5 Results and Discussions

5.1 Conclusion

In this report, we used different statistical learning models to predict a song’s popularity using musical characteristics of the song. We collected the data from Kaggle where the dataset was originally extracted using Spotify’s API and trained our models to predict the popularity of the song that was calculated by the number and recency of the streams. Comparing the performance of the different models on our test set, it can be seen that XGBoost without PCA performs the best with MSE of 0.017 and R-squared value of 0.52.

5.2 Limitations

Although our dataset is limited to English songs on one streaming platform, namely Spotify, we believe that the model proposed can be extended for use with other streaming platforms as well as songs in other languages as well. Expanding the datasets available would help the models be able to better predict the popularity of songs.

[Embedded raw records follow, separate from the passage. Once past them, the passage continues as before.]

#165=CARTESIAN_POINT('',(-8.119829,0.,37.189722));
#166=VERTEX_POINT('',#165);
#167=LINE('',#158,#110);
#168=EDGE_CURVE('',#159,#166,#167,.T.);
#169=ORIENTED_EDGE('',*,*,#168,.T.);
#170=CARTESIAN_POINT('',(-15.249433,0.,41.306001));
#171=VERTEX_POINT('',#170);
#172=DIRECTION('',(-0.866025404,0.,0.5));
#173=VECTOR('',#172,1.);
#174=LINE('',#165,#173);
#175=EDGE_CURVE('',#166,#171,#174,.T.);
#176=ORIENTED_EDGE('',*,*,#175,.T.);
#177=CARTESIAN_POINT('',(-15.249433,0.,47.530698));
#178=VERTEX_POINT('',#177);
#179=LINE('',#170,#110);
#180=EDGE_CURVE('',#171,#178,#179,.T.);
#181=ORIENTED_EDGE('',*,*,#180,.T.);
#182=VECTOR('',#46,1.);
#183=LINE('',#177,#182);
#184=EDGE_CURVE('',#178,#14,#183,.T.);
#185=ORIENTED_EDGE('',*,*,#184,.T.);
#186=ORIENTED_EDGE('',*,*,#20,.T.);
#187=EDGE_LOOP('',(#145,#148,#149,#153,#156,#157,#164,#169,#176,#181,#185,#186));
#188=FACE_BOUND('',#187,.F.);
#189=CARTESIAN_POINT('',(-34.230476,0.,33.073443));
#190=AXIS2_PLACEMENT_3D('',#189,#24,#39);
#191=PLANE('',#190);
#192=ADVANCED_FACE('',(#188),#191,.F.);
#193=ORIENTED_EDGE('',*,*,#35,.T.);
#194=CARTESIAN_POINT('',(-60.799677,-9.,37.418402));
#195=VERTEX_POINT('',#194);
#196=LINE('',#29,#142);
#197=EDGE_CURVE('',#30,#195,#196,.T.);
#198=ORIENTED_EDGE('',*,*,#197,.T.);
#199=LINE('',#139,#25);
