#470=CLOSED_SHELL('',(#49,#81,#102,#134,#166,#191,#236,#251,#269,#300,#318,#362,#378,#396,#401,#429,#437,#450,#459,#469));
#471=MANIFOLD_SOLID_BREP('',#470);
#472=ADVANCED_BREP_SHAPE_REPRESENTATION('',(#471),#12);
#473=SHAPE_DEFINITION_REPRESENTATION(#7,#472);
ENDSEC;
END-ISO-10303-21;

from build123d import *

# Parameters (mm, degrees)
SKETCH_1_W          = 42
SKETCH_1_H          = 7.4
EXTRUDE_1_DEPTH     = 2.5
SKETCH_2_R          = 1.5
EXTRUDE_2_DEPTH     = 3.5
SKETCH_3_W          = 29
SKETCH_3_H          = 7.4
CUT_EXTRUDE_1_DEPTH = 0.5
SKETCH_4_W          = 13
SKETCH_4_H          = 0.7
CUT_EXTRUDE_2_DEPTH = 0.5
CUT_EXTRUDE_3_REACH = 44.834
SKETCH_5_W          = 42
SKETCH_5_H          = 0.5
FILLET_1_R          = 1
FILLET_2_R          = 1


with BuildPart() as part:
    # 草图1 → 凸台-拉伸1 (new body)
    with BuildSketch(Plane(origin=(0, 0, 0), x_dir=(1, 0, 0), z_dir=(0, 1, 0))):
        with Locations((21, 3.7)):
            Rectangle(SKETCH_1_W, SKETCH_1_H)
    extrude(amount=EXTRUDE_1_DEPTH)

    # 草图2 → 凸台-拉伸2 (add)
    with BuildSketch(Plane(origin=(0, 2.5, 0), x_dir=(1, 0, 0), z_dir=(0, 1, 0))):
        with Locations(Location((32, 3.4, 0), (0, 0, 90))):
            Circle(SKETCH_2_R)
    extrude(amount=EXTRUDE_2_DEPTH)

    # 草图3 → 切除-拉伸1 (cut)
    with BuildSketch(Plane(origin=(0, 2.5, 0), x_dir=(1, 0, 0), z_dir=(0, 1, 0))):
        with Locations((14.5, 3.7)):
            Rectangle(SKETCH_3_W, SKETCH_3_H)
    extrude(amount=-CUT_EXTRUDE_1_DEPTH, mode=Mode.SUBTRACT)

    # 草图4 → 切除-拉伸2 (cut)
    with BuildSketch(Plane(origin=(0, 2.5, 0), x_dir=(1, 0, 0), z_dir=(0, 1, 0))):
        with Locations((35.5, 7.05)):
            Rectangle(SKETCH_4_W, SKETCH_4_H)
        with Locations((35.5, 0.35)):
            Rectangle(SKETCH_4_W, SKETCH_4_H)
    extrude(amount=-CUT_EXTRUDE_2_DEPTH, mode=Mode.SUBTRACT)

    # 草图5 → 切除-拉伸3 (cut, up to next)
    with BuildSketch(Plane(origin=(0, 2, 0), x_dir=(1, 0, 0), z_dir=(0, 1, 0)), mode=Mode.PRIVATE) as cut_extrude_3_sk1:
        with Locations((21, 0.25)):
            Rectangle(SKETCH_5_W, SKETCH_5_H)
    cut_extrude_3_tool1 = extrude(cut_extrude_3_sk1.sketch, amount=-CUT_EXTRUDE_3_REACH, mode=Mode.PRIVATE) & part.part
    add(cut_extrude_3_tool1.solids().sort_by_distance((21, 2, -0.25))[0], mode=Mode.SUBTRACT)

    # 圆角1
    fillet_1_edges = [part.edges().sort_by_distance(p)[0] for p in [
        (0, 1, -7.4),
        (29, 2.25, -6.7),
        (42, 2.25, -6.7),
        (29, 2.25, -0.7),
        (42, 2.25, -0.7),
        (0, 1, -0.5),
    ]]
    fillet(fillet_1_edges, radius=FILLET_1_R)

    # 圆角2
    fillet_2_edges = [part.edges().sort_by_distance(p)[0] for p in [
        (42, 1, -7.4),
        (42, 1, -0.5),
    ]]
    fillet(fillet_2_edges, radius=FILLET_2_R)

In addition, if there is access to the demographics of the users on the streaming platforms, this might be able to improve the models’ performance in the prediction of song’s popularity on certain platforms.

5.3 Future Work

Moreover, we can use more advanced techniques such as deep learning and ensemble models to improve the model’s prediction accuracy. Additionally, it would be interesting to investigate how the popularity of a song changes over time and include time-series analysis in our models. Finally, it would be valuable to perform an interpretability analysis to understand which features contribute the most to a song’s popularity and how they interact with each other.